RAG (Retrieval-Augmented Generation) Retrieval-Augmented Generation: an architecture combining retrieval over an external document base with a language generation model. The current standard for answering questions with documentary grounding and reducing hallucination in LLMs.

Random forest Ensemble method that combines many independent decision trees, built with bagging and random feature selection, and aggregates their predictions by vote or average. The randomness decorrelates the trees and reduces variance.

Reinforcement learning The third paradigm of machine learning: an agent learns by interacting with an environment, choosing actions and maximizing cumulative reward over time. Formalized by the Markov decision process; combined with deep networks, it becomes deep RL.

Semantic and instance segmentation Computer vision tasks that classify each pixel of an image. Semantic segmentation assigns a class label per pixel (without distinguishing instances); instance segmentation distinguishes individual objects of the same class. mIoU is the standard metric.

Sentiment analysis NLP subfield that classifies affective polarity (positive, negative, neutral) or identifies specific emotions in text. Approaches evolved from manual lexicons to supervised classifiers to transformer-based models. Pang and Lee (2008) consolidated the field.

SHAP values SHapley Additive exPlanations: ML model interpretability framework that attributes each feature's contribution to an individual prediction via Shapley values from cooperative game theory. Lundberg and Lee (2017) unified prior methods.

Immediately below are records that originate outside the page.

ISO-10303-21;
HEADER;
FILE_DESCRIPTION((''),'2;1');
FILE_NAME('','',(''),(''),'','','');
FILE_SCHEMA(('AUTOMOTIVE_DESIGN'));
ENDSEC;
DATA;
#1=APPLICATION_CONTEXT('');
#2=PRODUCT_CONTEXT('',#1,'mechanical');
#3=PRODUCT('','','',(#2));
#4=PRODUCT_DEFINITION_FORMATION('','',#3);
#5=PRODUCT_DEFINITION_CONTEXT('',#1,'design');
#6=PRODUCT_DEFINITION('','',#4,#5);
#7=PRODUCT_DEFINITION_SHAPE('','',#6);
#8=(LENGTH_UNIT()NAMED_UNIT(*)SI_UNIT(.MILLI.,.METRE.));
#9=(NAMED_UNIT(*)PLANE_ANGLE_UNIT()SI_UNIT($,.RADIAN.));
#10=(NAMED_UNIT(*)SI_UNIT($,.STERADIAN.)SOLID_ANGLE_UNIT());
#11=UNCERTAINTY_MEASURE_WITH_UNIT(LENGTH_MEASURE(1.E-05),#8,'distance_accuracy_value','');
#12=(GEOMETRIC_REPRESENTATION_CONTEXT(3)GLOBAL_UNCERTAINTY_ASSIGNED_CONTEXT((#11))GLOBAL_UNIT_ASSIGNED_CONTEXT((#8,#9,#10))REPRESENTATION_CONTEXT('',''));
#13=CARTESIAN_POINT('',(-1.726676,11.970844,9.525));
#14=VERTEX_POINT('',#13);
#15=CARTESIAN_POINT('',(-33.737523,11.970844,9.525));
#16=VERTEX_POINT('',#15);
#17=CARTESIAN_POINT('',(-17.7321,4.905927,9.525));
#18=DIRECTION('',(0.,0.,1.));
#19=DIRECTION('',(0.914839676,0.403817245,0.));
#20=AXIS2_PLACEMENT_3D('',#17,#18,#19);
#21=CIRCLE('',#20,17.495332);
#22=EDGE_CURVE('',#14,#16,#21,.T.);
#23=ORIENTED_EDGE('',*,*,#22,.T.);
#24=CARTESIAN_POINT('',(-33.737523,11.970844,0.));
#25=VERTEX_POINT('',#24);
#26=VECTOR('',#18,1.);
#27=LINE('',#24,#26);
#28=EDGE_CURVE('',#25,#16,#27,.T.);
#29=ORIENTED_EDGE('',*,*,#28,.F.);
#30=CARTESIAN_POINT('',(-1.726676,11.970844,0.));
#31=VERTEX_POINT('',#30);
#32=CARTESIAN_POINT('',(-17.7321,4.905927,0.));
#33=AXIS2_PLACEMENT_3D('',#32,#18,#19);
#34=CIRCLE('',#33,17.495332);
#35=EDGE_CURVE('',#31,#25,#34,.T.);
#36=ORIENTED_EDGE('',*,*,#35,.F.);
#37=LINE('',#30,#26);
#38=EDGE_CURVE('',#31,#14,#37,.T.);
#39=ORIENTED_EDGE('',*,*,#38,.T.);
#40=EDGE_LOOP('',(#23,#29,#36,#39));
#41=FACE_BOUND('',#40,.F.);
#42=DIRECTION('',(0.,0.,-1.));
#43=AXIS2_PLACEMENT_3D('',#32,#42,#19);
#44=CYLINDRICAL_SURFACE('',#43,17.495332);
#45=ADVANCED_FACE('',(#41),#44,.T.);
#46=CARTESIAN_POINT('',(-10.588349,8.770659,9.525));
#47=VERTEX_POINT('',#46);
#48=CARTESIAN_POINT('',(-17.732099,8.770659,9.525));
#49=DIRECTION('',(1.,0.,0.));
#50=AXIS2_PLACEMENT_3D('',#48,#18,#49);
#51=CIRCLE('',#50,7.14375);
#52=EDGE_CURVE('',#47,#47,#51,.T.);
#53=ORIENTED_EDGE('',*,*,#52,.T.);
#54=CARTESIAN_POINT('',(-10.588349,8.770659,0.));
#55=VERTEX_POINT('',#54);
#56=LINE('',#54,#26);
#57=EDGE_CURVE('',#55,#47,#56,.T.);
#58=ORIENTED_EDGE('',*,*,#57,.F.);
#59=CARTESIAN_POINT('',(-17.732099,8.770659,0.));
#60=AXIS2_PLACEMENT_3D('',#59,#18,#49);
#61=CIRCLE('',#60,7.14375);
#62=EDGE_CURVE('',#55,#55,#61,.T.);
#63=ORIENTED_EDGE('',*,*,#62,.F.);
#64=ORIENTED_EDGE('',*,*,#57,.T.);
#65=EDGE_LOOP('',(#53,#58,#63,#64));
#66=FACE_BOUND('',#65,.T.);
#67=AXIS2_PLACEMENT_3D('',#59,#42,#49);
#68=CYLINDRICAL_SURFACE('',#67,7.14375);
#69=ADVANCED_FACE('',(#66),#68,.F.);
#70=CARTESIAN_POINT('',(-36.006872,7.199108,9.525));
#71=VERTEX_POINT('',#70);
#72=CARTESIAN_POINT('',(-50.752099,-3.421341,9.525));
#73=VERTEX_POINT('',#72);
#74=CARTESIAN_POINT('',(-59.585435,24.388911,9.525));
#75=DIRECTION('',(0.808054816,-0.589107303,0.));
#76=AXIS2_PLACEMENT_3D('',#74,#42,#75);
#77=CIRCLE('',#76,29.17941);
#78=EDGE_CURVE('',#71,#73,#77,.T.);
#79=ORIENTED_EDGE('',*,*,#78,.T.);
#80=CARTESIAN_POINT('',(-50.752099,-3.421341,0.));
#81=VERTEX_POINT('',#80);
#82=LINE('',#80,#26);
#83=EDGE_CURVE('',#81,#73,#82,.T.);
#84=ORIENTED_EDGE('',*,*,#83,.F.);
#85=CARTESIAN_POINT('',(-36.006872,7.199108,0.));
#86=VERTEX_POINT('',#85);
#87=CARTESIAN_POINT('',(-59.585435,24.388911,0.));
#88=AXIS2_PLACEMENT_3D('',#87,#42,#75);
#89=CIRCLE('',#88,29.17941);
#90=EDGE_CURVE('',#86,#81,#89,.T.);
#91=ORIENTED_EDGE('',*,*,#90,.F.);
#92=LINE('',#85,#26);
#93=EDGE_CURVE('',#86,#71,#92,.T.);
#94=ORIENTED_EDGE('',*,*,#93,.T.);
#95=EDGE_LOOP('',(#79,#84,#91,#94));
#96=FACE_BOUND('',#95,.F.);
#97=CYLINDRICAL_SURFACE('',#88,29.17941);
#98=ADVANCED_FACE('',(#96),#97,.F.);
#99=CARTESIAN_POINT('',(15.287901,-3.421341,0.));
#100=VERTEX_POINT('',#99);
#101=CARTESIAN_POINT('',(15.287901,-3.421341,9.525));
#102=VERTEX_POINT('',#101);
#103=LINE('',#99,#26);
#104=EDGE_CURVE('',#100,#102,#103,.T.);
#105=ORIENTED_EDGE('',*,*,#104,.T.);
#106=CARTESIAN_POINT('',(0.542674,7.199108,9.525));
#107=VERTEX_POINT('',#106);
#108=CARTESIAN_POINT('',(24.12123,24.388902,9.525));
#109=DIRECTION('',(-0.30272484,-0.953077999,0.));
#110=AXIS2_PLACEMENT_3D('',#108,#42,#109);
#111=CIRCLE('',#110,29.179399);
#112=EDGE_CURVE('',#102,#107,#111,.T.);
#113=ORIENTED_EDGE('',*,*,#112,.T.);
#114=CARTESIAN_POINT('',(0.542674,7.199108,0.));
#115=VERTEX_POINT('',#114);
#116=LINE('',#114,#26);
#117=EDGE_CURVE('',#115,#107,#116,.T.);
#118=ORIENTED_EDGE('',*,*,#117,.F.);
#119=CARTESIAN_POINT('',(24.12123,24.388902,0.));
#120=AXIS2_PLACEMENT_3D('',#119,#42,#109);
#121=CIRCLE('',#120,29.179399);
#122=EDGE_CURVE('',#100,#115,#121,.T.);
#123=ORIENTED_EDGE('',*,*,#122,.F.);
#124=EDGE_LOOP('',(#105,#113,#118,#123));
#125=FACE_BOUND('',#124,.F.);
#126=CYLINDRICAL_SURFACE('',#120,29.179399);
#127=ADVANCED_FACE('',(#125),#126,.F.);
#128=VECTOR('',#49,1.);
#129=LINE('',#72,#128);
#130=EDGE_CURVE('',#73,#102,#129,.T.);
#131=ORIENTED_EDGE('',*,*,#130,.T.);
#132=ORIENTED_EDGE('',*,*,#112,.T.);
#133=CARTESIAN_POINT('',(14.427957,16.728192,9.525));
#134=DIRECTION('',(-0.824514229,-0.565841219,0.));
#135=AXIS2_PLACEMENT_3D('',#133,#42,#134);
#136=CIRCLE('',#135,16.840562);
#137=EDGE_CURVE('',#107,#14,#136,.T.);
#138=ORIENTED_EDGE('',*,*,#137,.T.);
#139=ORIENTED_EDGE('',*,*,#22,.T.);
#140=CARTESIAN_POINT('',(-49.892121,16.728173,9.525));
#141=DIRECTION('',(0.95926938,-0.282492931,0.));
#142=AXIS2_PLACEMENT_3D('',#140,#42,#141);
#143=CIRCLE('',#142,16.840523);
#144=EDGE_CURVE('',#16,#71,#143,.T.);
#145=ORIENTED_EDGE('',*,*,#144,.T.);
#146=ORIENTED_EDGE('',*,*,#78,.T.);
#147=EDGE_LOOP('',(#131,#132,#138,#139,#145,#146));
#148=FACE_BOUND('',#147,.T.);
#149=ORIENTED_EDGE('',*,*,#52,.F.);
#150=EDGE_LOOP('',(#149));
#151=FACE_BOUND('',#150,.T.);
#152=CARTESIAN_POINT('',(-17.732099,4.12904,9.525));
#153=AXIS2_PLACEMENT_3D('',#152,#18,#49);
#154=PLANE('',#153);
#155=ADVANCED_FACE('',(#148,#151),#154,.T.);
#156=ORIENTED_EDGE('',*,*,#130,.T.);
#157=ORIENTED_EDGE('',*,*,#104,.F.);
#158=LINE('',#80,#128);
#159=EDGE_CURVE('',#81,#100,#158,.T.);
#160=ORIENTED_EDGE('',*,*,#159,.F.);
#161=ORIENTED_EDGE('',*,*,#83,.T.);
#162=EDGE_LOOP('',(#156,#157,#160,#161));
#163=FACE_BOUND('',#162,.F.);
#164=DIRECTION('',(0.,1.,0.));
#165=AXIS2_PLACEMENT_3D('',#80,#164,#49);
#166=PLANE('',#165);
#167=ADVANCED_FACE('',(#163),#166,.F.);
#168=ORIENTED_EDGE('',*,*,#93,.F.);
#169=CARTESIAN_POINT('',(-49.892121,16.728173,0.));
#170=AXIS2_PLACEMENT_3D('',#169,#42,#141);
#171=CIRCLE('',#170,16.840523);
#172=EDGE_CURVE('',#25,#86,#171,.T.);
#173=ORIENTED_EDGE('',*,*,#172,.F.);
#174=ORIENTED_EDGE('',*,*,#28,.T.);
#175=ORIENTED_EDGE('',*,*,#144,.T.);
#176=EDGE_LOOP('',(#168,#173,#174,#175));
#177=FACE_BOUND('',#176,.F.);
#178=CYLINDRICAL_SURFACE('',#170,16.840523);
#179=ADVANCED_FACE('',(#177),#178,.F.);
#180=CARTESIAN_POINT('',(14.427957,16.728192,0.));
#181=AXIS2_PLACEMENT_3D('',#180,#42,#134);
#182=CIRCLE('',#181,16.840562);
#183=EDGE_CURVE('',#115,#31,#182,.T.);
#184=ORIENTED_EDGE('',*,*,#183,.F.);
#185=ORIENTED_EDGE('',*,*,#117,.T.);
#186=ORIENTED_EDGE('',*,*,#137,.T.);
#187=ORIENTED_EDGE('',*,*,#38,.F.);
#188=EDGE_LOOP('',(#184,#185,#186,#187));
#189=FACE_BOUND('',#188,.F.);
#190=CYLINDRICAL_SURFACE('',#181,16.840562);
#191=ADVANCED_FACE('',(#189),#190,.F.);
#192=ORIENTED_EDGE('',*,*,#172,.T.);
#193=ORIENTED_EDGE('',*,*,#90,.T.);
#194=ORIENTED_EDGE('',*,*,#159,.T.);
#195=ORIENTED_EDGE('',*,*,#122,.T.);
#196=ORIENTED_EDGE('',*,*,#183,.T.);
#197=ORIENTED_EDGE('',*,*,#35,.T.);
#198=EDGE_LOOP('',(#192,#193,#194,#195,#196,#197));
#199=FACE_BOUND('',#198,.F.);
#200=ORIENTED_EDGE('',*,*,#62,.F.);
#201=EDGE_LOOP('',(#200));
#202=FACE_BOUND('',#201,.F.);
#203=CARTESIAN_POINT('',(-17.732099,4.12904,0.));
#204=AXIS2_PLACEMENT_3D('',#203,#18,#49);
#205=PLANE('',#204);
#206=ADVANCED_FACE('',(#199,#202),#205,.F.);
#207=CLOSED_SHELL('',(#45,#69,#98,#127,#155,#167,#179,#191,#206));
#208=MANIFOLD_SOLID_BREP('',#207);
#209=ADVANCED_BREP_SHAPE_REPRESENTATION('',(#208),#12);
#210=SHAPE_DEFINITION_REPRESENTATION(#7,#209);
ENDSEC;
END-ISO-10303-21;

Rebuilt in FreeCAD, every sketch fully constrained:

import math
import FreeCAD as App
import Part
import Sketcher

V = App.Vector
Q = App.Units.Quantity

doc = App.newDocument("Part")
body = doc.addObject("PartDesign::Body", "Body")

# Sketch on XY plane
sketch1 = body.newObject("Sketcher::SketchObject", "Sketch")
sketch1.AttachmentSupport = (doc.getObject("XY_Plane"), [""])
sketch1.MapMode = "FlatFace"
sketch1.addGeometry([
    Part.ArcOfCircle(Part.Circle(V(24.12123, 24.388902, 0), V(0, 0, 1), 29.179399), math.radians(-143.906322), math.radians(-107.621337)),  # 0
    Part.ArcOfCircle(Part.Circle(V(14.427957, 16.728192, 0), V(0, 0, 1), 16.840562), math.radians(-163.590923), math.radians(-145.539273)),  # 1
    Part.ArcOfCircle(Part.Circle(V(-17.7321, 4.905927, 0), V(0, 0, 1), 17.495332), math.radians(23.817031), math.radians(156.182969)),  # 2
    Part.ArcOfCircle(Part.Circle(V(-49.892121, 16.728173, 0), V(0, 0, 1), 16.840523), math.radians(-34.460738), math.radians(-16.409047)),  # 3
    Part.ArcOfCircle(Part.Circle(V(-59.585435, 24.388911, 0), V(0, 0, 1), 29.17941), math.radians(-72.378656), math.radians(-36.093685)),  # 4
    Part.LineSegment(V(-50.752099, -3.421341, 0), V(15.287901, -3.421341, 0)),  # 5
    Part.Circle(V(-17.732099, 8.770659, 0), V(0, 0, 1), 7.14375),  # 6
], False)
sketch1.addConstraint([
    Sketcher.Constraint("Coincident", 0, 1, 1, 2),
    Sketcher.Constraint("Coincident", 1, 1, 2, 1),
    Sketcher.Constraint("Coincident", 2, 2, 3, 2),
    Sketcher.Constraint("Coincident", 3, 1, 4, 2),
    Sketcher.Constraint("Coincident", 4, 1, 5, 1),
    Sketcher.Constraint("Coincident", 5, 2, 0, 2),
    Sketcher.Constraint("Horizontal", 5),
    Sketcher.Constraint("Diameter", 6, Q("0.5625 in")),
    Sketcher.Constraint("DistanceX", 5, 1, 5, 2, Q("2.6 in")),
    Sketcher.Constraint("DistanceX", 4, 1, 2, 3, Q("1.3 in")),
    Sketcher.Constraint("Radius", 0, Q("29.179399 mm")),
    Sketcher.Constraint("Radius", 2, Q("17.495332 mm")),
    Sketcher.Constraint("Radius", 4, Q("29.17941 mm")),
    Sketcher.Constraint("Radius", 1, Q("16.840562 mm")),
    Sketcher.Constraint("Radius", 3, Q("16.840523 mm")),
    Sketcher.Constraint("DistanceY", 1, 1, 0, 3, Q("0.4888999 in")),
    Sketcher.Constraint("DistanceY", -1, 1, 0, 3, Q("24.388902 mm")),
    Sketcher.Constraint("DistanceX", 2, 3, -1, 1, Q("17.7321 mm")),
    Sketcher.Constraint("DistanceX", 6, 3, -1, 1, Q("17.732099 mm")),
    Sketcher.Constraint("DistanceX", 3, 3, 2, 2, Q("16.154598 mm")),
    Sketcher.Constraint("DistanceX", -1, 1, 0, 3, Q("24.12123 mm")),
    Sketcher.Constraint("DistanceX", 3, 3, -1, 1, Q("49.892121 mm")),
    Sketcher.Constraint("DistanceY", -1, 1, 4, 3, Q("24.388911 mm")),
    Sketcher.Constraint("DistanceY", -1, 1, 6, 3, Q("8.770659 mm")),
    Sketcher.Constraint("DistanceY", -1, 1, 3, 1, Q("7.199108 mm")),
    Sketcher.Constraint("DistanceY", 1, 3, 0, 3, Q("7.66071 mm")),
])
pad1 = body.newObject("PartDesign::Pad", "Pad")
pad1.Profile = sketch1
pad1.Length = Q("0.375 in")

doc.recompute()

Synthetic data Artificially generated data that reproduces the statistical properties of a real dataset without exposing the original records. Quality is assessed along three dimensions in tension: fidelity, utility, and privacy.

Tokenization Process that converts raw text into the sequence of discrete units (tokens) a language model processes. Current models use subwords (BPE, SentencePiece), a middle ground between whole word and character that sets cost and vocabulary coverage.

Topic modeling (LDA) Latent Dirichlet Allocation: probabilistic generative model that discovers latent topics in a document corpus. Each document is a mixture of topics; each topic is a distribution over words. Blei, Ng, and Jordan (2003) consolidated the canonical classical NLP framework.

Train/validation/test split Partitioning of a dataset into three disjoint subsets for machine learning: training (parameter fitting), validation (hyperparameter selection), and test (unbiased final evaluation). Methodological standard to avoid contamination.

Transfer learning ML paradigm in which knowledge learned on a source task is transferred to a related target task, reducing labeled data and training time required. Pan and Yang (2010) consolidated the taxonomy. Foundation of pretrained-model use in modern deep learning.

Transformer architecture Neural network architecture based exclusively on attention mechanisms, proposed by Vaswani et al. in 2017. Replaced recurrent networks in nearly every NLP task and became the structural foundation of BERT, GPT, Claude, Gemini, and the current generation of language models.

YOLO (You Only Look Once) Family of real-time object detection models that reformulated detection as direct regression of bounding boxes and classes in a single network pass. Redmon et al. (2016). IoU is the central metric; mAP evaluates global performance.

Zero-shot and few-shot learning Regimes in which a model solves a task with no labeled examples of the target class (zero-shot) or very few (few-shot). In language models, they take the form of in-context learning, with the task specified in the prompt itself.